If you want to add sprinkles to cookies, cupcakes, breads, or cakes before baking, that is totally and completely ok. Add sprinkles to the tops of these baked goods right before they go into the oven. Adding sprinkles to “wet” batter is the only way to get them to stick without an additional “glue” like frosting.

If you’ll be adding frosting, icing, or glaze to baked goods but also want to add sprinkles, do this while the frosting, icing, or glaze is still wet. It will be impossible to get sprinkles to adhere to these things after they’ve dried or hardened.

As anything goes when serving food, use your best judgement when choosing to include larger sprinkles like beads and dragées. I often tell customers to use these larger sprinkles as decoration but remove them if needed before serving (this goes especially for children).

It should also be noted that sprinkles added to the outside of baked goods have a tendency to bleed into whatever they’re added to.
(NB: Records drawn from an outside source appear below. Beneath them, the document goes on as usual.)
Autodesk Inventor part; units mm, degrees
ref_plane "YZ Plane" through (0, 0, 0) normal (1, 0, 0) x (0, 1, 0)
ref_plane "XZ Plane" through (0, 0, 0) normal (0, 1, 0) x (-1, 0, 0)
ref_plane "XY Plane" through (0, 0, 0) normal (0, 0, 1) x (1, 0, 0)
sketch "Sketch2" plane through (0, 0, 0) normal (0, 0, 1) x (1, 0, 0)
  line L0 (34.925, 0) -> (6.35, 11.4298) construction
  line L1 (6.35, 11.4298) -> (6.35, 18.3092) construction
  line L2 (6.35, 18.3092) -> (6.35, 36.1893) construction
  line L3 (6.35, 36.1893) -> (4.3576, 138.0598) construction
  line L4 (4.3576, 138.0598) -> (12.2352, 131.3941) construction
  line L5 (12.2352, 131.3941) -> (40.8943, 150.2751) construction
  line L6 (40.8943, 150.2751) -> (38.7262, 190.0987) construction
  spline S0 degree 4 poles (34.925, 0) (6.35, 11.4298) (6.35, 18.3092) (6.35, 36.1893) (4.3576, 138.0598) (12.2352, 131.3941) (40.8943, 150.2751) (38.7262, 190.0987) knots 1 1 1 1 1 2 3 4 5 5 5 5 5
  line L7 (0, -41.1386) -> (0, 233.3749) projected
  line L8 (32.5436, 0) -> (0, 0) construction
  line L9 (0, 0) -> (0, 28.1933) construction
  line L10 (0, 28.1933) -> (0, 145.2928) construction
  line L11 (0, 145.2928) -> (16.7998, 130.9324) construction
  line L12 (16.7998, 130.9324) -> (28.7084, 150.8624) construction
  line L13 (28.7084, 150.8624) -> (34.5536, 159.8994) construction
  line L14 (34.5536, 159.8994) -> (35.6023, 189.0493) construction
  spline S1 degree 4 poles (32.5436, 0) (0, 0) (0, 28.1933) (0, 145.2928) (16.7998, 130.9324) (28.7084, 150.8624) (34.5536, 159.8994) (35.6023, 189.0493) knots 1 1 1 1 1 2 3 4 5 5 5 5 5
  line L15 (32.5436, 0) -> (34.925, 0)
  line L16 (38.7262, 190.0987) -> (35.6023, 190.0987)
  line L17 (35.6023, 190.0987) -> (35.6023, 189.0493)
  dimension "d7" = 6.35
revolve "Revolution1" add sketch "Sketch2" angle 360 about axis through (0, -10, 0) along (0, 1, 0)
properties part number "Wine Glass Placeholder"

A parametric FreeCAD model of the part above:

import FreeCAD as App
import Part
import Sketcher
from FreeCAD import Vector

doc = App.newDocument("Part")
body = doc.addObject("PartDesign::Body", "Body")

# Sketch on XY plane
sketch1 = body.newObject("Sketcher::SketchObject", "Sketch")
sketch1.AttachmentSupport = (doc.getObject("XY_Plane"), [""])
sketch1.MapMode = "FlatFace"
sketch1.addGeometry(Part.LineSegment(Vector(32.5436, 0, 0), Vector(34.925, 0, 0)), False)
sketch1.addGeometry(Part.BSplineCurve([Vector(34.925, 0, 0), Vector(6.35, 11.4298, 0), Vector(6.35, 18.3092, 0), Vector(6.35, 36.1893, 0), Vector(4.3576, 138.0598, 0), Vector(12.2352, 131.3941, 0), Vector(40.8943, 150.2751, 0), Vector(38.7262, 190.0987, 0)], [5, 1, 1, 1, 5], [1, 2, 3, 4, 5], False, 4, [1, 1, 1, 1, 1, 1, 1, 1], False), False)
sketch1.addGeometry(Part.LineSegment(Vector(38.7262, 190.0987, 0), Vector(35.6023, 190.0987, 0)), False)
sketch1.addGeometry(Part.LineSegment(Vector(35.6023, 190.0987, 0), Vector(35.6023, 189.0493, 0)), False)
sketch1.addGeometry(Part.BSplineCurve([Vector(32.5436, 0, 0), Vector(0, 0, 0), Vector(0, 28.1933, 0), Vector(0, 145.2928, 0), Vector(16.7998, 130.9324, 0), Vector(28.7084, 150.8624, 0), Vector(34.5536, 159.8994, 0), Vector(35.6023, 189.0493, 0)], [5, 1, 1, 1, 5], [1, 2, 3, 4, 5], False, 4, [1, 1, 1, 1, 1, 1, 1, 1], False), False)
sketch1.addConstraint(Sketcher.Constraint("Block", 1))
sketch1.addConstraint(Sketcher.Constraint("Block", 4))
sketch1.addConstraint(Sketcher.Constraint("Coincident", 0, 2, 1, 1))
sketch1.addConstraint(Sketcher.Constraint("Coincident", 1, 2, 2, 1))
sketch1.addConstraint(Sketcher.Constraint("Coincident", 2, 2, 3, 1))
sketch1.addConstraint(Sketcher.Constraint("Coincident", 3, 2, 4, 2))
sketch1.addConstraint(Sketcher.Constraint("Coincident", 4, 1, 0, 1))
sketch1.addConstraint(Sketcher.Constraint("Horizontal", 2))
sketch1.addConstraint(Sketcher.Constraint("Vertical", 3))
revolution = body.newObject("PartDesign::Revolution", "Revolution")
revolution.Profile = sketch1
revolution.ReferenceAxis = (sketch1, ["V_Axis"])
revolution.Angle = 360

doc.recompute()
It is best not to decorate cupcakes or cakes any earlier than 12 hours in advance of serving them.

This rule does not apply to sprinkles added to icing that will dry, such as sugar cookies.

Did you learn anything new?

I hope this guide has been helpful to you in answering all of your baking and decorating with sprinkles questions. Refer to this guide whenever you wonder how to approach a recipe or a decoration.

And, as a parting gift, here are some of the recipes of mine that feature sprinkles inside the batter. I recommend using classic rainbow sprinkles or bold colored jimmies or Fresh April Sprinkles’ Birthday Party Sprinkle Blend.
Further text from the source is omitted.